The Right To Be An Asshat

When I was a kid, I was not allowed to go trick or treating at Halloween, because my dad was of the opinion that Halloween and Trick or Treating itself was ‘too American’ and was contributing to the ‘Americanisation’ of Australian culture. I watched the other kids go trick or treating from the front porch. (I know, boohoo right? First world problems and all that)

I could not, as a kid, wrap my head around his logic though. Because that same year, my uncle had come back from a visit to the states and had brought us back Mickey Mouse ears from Disneyland which we were super excited about (well, I was) and wasn’t that ‘Americanisation’ too? But that seemed ok? And at that point in the 80’s if you had a pair of Reeboks? You were IT. Playground untouchable. The coolest of the cool. Maybe he had a point though, because the amount of Australians I come across, particularly online who will proudly proclaim that we are constitutionally guaranteed free speech is astounding. After hearing it from various movies and TV Shows, all made in America, for years, they believe it. Our constitution has no such right. Our High Court has said we have an ‘implied’ right to Free Speech, but it is not written into our constitution. It is not guaranteed by law in Australia at all. But we seem to have this weird thing happening at the moment where some people, including our government, think that if you repeat something often enough, then it becomes totally true!

One such catch phrase around Australia of late, is the now infamous time one of our Senators declared that people have ‘the right to be a bigot’. He did so as he was agreeing that section 18C of the Racial Discrimination Act ought to be repealed. 18C is the section which makes it unlawful to “offend, insult, humiliate or intimidate a person or a group of people” on the basis of race. Section 18D adds that if those comments or actions are made as an “expression of a genuine belief held by the person making the comment” then they are exempt. Another one doing the rounds is ‘you have to hear both sides’ or ‘you have to look at both sides’ and ‘i have the right to present my side’. It’s generally coupled with ‘I have the right to an opinion’. The overall theme however is that all of these things seem to be being trotted out by Hanson supporters, far right commentariat, white nationalist groups, and christian lobby groups. Is that because they are lacking in a platform from which to espouse their views? Given i find them in the papers, and online almost every day without even wanting to see them, no.
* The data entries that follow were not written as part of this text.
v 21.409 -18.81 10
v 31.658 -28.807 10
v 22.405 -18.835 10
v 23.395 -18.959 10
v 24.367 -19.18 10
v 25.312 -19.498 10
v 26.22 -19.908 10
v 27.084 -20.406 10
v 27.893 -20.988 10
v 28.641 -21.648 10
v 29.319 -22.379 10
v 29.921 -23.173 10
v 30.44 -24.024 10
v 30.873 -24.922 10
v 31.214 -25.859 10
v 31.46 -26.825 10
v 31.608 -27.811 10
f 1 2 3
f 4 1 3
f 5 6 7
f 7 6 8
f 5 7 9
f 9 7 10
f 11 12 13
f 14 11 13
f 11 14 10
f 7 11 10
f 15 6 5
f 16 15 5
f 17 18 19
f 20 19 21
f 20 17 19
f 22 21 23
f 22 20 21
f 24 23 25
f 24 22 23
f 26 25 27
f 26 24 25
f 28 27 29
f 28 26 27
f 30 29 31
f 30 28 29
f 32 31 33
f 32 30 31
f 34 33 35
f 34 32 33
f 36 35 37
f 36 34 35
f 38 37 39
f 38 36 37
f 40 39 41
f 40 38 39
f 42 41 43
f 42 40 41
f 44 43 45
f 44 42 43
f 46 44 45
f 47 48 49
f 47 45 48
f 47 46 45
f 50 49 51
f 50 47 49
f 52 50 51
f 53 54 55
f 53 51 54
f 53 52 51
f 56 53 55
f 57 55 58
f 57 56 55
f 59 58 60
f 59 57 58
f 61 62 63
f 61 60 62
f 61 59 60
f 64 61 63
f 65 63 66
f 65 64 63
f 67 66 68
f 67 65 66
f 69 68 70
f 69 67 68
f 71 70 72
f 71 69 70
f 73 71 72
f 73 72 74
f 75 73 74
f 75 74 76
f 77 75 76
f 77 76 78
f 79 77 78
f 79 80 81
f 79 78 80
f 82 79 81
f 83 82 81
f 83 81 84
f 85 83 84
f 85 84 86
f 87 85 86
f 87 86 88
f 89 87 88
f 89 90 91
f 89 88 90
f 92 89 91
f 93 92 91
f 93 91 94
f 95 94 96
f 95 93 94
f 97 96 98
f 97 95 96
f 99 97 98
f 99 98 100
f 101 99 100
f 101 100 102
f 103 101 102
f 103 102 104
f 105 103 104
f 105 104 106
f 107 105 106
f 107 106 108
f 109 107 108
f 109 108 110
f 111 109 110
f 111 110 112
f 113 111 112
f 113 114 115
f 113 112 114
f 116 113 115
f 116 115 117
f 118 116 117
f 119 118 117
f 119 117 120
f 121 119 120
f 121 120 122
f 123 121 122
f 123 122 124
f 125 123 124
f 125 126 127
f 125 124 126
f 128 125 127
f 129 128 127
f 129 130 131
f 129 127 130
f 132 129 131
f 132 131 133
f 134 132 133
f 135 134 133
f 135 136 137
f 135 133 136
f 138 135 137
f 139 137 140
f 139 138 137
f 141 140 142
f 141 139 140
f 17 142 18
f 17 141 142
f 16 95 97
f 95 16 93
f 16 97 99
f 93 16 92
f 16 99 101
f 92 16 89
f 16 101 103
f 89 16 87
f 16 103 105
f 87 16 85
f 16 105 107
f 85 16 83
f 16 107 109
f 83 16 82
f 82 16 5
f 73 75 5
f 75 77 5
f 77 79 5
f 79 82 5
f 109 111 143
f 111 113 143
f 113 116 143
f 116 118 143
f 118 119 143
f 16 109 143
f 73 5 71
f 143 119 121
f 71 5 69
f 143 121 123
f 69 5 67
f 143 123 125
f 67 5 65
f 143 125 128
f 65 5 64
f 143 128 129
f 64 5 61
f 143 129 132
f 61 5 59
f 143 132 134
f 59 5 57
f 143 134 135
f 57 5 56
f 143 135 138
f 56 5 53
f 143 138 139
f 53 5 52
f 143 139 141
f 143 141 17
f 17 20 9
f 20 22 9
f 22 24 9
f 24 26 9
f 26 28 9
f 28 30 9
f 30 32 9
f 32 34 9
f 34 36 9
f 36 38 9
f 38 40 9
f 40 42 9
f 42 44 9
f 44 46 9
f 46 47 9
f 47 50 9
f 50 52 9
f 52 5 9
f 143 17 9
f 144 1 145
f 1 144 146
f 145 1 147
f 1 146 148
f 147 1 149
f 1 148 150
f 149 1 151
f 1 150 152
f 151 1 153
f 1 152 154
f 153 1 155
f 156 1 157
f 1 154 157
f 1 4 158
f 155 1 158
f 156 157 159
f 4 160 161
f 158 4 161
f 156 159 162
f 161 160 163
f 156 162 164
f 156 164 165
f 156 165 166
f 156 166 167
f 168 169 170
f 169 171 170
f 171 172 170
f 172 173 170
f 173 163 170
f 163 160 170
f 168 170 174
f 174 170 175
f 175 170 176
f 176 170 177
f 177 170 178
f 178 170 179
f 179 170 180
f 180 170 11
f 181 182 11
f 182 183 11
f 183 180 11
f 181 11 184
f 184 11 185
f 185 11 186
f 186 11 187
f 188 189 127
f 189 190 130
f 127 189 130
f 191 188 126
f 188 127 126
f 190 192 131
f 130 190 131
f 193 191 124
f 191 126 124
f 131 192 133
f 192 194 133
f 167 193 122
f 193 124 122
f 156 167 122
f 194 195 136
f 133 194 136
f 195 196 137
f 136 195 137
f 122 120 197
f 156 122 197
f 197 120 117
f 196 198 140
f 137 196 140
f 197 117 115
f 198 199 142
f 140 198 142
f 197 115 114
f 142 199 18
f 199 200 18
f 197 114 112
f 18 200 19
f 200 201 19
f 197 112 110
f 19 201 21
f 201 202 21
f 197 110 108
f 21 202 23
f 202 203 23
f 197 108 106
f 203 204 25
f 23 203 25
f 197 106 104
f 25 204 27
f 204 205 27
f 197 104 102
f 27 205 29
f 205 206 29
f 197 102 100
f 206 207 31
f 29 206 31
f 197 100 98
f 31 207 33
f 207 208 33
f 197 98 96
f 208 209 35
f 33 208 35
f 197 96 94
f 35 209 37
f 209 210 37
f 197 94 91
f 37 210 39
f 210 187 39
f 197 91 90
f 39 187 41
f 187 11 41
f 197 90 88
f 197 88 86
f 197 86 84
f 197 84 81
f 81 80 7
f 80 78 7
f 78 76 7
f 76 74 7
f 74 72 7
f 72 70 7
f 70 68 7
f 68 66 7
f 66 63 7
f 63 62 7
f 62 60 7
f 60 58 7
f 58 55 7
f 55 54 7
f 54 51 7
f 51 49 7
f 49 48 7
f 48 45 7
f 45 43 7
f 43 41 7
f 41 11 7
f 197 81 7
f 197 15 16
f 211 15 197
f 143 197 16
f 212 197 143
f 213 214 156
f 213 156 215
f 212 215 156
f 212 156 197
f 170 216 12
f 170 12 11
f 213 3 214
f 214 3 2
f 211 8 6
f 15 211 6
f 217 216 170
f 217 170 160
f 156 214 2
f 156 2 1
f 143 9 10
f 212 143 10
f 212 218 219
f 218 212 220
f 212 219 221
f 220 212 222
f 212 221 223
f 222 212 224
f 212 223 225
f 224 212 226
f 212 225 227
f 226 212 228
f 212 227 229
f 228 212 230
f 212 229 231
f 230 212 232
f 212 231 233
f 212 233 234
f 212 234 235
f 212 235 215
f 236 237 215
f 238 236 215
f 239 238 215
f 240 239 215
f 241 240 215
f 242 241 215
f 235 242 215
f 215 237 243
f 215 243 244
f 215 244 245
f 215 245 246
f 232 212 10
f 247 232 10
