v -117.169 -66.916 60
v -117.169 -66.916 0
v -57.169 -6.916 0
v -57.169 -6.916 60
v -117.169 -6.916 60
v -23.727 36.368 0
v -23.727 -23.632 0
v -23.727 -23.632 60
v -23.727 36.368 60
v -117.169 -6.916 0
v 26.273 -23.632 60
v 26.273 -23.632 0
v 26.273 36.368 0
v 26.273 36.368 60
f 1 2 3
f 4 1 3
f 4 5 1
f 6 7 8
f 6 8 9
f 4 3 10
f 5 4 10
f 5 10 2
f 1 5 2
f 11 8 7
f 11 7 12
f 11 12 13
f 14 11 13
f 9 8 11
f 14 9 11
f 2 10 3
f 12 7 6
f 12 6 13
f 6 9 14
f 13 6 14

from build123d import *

# Parameters (mm, degrees)
F0_W     = 50
F0_H     = 60
F1_DEPTH = 60
F3_DEPTH = 60


with BuildPart() as f1:
    # F0 (on Top) → F1 (new body)
    with BuildSketch(Plane.XY):
        with Locations((1.273109, 6.367529)):
            Rectangle(F0_W, F0_H)
    extrude(amount=F1_DEPTH)


with BuildPart() as f3:
    # F2 (on Top) → F3 (new body)
    with BuildSketch(Plane.XY):
        Polygon((-57.168607, -6.91614), (-117.168607, -6.91614), (-117.168607, -66.91614), align=None)
    extrude(amount=F3_DEPTH)


solid = Compound([f1.part, f3.part])
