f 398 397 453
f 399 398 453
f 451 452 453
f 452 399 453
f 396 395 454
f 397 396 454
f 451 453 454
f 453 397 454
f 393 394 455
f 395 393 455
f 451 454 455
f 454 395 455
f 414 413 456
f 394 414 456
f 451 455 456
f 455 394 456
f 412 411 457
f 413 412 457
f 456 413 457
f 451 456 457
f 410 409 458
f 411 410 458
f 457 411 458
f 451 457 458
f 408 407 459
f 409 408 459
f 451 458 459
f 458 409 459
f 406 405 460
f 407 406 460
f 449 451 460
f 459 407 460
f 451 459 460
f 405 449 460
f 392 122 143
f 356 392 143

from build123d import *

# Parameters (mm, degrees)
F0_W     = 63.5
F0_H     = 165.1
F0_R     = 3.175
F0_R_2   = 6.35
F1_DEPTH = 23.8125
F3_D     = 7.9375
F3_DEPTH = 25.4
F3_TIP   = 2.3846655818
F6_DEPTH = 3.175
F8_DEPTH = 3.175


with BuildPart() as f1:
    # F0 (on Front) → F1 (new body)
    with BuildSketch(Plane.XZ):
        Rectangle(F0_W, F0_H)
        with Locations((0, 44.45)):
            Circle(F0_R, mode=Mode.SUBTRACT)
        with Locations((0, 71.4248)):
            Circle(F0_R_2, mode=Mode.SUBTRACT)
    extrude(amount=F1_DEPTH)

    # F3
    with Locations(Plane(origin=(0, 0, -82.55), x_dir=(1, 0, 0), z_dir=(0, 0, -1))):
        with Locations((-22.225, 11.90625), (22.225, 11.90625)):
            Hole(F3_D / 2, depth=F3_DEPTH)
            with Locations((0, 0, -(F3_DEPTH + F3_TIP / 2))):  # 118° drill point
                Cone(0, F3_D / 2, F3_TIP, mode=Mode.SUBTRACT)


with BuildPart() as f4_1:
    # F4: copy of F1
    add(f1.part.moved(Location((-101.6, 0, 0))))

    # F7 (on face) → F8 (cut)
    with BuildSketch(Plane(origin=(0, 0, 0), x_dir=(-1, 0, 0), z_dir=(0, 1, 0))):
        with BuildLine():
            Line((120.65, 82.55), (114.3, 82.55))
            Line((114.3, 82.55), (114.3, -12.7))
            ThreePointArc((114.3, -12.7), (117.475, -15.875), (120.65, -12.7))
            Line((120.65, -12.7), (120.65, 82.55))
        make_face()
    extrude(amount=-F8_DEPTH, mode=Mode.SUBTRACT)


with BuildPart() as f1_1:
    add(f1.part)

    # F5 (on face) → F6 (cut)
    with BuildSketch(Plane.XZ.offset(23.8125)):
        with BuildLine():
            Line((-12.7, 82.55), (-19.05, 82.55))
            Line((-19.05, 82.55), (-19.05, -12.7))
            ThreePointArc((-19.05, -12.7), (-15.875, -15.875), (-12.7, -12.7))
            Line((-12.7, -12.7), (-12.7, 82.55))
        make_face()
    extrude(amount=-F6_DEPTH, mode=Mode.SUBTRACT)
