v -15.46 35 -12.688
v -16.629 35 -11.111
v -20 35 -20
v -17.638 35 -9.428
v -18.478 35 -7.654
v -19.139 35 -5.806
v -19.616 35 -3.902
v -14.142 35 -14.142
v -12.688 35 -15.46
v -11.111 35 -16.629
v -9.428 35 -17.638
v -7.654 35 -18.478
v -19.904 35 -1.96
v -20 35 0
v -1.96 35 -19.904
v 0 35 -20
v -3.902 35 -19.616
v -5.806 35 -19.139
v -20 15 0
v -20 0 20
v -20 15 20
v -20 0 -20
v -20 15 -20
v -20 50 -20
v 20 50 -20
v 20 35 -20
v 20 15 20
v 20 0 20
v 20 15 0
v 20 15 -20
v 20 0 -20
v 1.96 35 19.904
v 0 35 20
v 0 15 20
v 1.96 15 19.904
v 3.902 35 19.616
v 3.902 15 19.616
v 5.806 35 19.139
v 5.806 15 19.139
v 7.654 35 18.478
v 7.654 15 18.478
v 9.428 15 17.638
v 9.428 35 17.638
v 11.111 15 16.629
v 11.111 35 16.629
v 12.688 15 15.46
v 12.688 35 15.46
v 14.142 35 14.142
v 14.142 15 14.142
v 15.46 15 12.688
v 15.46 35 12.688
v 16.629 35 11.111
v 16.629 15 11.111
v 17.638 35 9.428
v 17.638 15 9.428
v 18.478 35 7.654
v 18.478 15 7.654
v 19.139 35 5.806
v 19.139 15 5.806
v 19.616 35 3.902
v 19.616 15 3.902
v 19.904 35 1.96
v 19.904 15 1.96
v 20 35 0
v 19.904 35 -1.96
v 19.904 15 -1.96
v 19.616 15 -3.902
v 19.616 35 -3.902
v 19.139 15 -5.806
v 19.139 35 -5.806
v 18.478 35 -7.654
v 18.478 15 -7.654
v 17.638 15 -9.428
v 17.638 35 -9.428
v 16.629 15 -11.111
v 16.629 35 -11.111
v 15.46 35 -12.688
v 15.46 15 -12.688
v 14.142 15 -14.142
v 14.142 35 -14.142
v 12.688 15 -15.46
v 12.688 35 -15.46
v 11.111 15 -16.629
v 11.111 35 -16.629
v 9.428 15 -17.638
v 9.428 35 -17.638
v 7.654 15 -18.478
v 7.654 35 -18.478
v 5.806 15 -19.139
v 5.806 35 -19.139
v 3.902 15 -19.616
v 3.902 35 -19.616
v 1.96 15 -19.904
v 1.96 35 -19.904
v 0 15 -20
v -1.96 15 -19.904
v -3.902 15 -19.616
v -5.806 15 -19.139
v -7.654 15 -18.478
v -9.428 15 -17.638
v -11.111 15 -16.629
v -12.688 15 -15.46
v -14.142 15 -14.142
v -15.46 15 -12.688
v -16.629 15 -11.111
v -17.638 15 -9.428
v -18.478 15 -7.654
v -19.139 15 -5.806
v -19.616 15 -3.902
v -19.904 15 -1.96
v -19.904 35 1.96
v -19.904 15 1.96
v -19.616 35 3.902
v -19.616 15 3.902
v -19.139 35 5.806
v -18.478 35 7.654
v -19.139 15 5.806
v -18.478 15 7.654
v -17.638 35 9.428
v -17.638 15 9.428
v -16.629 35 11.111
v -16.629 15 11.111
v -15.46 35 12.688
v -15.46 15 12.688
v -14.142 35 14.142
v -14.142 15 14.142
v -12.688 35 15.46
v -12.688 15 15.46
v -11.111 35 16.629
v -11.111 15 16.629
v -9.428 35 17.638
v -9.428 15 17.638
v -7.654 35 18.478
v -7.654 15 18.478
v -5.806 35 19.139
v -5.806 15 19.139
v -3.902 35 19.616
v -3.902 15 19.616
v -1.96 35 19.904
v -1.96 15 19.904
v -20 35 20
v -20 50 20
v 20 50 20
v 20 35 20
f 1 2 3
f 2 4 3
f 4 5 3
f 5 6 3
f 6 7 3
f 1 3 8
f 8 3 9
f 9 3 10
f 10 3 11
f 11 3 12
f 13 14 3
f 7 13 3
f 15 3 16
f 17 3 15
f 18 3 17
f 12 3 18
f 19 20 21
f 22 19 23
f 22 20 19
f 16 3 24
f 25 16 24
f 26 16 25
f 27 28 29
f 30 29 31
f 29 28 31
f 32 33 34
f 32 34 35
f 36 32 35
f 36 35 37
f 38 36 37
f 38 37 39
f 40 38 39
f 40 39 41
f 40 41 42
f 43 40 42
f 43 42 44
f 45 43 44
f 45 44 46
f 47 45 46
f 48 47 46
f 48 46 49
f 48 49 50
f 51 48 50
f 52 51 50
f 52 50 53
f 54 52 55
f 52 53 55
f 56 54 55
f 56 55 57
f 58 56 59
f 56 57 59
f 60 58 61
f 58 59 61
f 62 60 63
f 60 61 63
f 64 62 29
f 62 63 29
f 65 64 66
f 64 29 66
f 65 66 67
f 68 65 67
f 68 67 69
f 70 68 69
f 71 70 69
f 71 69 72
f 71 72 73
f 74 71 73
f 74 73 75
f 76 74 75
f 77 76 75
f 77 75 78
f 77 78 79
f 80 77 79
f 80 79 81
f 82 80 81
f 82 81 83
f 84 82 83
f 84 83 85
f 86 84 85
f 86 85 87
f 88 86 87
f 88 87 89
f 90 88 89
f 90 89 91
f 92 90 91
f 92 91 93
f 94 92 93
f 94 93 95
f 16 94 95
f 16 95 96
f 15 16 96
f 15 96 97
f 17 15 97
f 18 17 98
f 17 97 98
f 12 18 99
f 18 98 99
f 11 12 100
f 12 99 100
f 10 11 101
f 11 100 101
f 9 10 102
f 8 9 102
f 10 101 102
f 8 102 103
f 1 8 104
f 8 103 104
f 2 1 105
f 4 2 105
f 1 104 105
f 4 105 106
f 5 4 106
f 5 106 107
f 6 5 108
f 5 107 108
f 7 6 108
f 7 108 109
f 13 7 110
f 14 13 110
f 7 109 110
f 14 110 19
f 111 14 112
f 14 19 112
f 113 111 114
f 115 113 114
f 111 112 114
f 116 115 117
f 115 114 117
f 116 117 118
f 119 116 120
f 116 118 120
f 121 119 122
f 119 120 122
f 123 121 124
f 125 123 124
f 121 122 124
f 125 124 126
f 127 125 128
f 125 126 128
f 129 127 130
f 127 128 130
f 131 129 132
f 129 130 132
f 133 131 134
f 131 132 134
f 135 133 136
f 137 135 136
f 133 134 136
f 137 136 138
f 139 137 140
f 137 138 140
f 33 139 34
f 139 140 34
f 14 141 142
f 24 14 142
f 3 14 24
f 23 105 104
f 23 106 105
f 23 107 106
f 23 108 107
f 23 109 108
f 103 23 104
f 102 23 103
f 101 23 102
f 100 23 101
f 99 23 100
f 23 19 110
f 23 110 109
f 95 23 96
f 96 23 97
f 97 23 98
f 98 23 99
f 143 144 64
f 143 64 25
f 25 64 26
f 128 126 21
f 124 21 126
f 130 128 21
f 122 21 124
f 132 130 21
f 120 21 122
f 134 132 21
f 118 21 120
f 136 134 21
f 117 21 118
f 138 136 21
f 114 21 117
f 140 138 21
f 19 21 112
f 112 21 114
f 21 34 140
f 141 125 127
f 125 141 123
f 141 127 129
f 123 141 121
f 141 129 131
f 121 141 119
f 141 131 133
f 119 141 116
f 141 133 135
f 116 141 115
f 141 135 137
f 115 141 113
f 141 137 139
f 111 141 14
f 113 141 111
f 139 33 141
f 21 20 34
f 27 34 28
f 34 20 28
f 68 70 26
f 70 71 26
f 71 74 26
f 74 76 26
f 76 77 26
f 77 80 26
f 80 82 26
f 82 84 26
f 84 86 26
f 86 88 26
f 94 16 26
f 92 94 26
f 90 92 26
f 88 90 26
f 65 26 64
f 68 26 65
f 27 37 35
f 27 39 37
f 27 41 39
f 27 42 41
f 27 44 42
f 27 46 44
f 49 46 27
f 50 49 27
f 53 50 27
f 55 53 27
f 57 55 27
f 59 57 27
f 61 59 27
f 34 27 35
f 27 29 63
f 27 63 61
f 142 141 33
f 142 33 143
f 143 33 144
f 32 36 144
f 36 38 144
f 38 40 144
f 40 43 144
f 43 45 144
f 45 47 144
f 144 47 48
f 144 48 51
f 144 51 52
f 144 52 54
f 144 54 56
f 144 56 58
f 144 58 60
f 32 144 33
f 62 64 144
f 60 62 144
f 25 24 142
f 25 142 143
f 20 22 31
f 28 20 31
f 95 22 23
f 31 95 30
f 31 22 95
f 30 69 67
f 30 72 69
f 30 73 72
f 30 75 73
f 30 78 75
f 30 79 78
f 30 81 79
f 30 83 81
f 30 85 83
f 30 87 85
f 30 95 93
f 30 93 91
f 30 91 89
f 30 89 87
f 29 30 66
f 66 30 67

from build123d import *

# Parameters (mm, degrees)
SKETCH1_W           = 40
SKETCH1_H           = 40
BOSS_EXTRUDE1_DEPTH = 15
SKETCH2_R           = 20
BOSS_EXTRUDE2_DEPTH = 20
SKETCH3_W           = 40
SKETCH3_H           = 40
BOSS_EXTRUDE3_DEPTH = 15


with BuildPart() as part:
    # Sketch1 → Boss-Extrude1 (new body)
    with BuildSketch(Plane(origin=(0, 0, 0), x_dir=(1, 0, 0), z_dir=(0, 1, 0))):
        Rectangle(SKETCH1_W, SKETCH1_H)
    extrude(amount=BOSS_EXTRUDE1_DEPTH)

    # Sketch2 → Boss-Extrude2 (add)
    with BuildSketch(Plane(origin=(0, 15, 0), x_dir=(1, 0, 0), z_dir=(0, 1, 0))):
        with Locations(Location((0, 0, 0), (0, 0, 270))):
            Circle(SKETCH2_R)
    extrude(amount=BOSS_EXTRUDE2_DEPTH)

    # Sketch3 → Boss-Extrude3 (add)
    with BuildSketch(Plane(origin=(0, 35, 0), x_dir=(1, 0, 0), z_dir=(0, 1, 0))):
        Rectangle(SKETCH3_W, SKETCH3_H)
    extrude(amount=BOSS_EXTRUDE3_DEPTH)


solid = part.part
But the thing is, and how can I put this in the most Australian way possible…


Even if we agree to a persons right to free speech, a persons right to be a bigot, a person’s right to an opinion, and a person’s right to present the other side, you know what you DON’T have the right to?

An audience. You can have all the bigotry and hatred and racism you like, but I don’t have to listen to it. You do not have the right to my attention and consideration. You don’t have the right to anyone else’s either.

And you should you be fortunate enough to have someone grace you with their time and presence, to give you audience — you don’t have the right to a shield from any criticism of those views. If you get to have an opinion, then so do I. So do others. No one is allowed to physically punish you for your views, but criticizing your actions and your words, and pointing them out for what they are, is not the same as throwing you to the ground and kicking you in the ribs, no matter how much some may carry on otherwise. If you have the right to be a bigot, someone has the right to call you one. If you have the right to spouse racist rhetoric, people have the right to call you a racist. You don’t get to spout off about how indigenous Australians should all be put on welfare cards, then act mortally offended because someone called you racist, as if an accurate factual description of the views you hold, is somehow the worst thing anyone can be called.

The government criticizes the Greens for walking out on Pauline Hanson’s maiden speech, but won’t hear a single mention of how many of their own party walked out or refused to be present when Kevin Rudd made an apology to the Stolen Generation. If someone singles out an entire group of people for negative attention and stereotypes them all, the government doesn’t then get to say ‘you can’t call them bigots, it’s rude’. If every media outlet in the country runs stories on Sam Dastyari, and the government calls for his head over $1600 that was declared, then I damn sure want to be reading all about the rolexes and the scholarships that weren’t declared. THAT doesn’t get to be shoved under the carpet.

Either Australian Media actually bothers reporting things across the board, or they should cease with this illusion of ‘fair’s fair, we have to hear both sides’. Either the rules apply across the board to everyone, or they don’t. Either we have rules surrounding respectful discourse in this country, or we don’t. But if we don’t, and it’s to be a free for all, then understand — there is nowhere left to hide. No one has to pay you any attention, or listen to a word you have to say. If you can say what you like as long as it’s a “genuinely held belief”, then so can everyone else, even if you don’t like it. Even I can.

I genuinely believe that if George Brandis and a shetland pony were both drowning and I could only save one, I would ride that furry little four legged bastard off into the sunset without even a second thought.

See? Easy.

It raises the question, really. Does 18C exist for the protection of those who may be offended by the speech it disallows? Or is it, in reality, for the protection of those who would be the sort to spout such speech, a protection from themselves, and (god forbid) being held accountable for it.

Maybe we should just rename it the ‘dickhead clause’.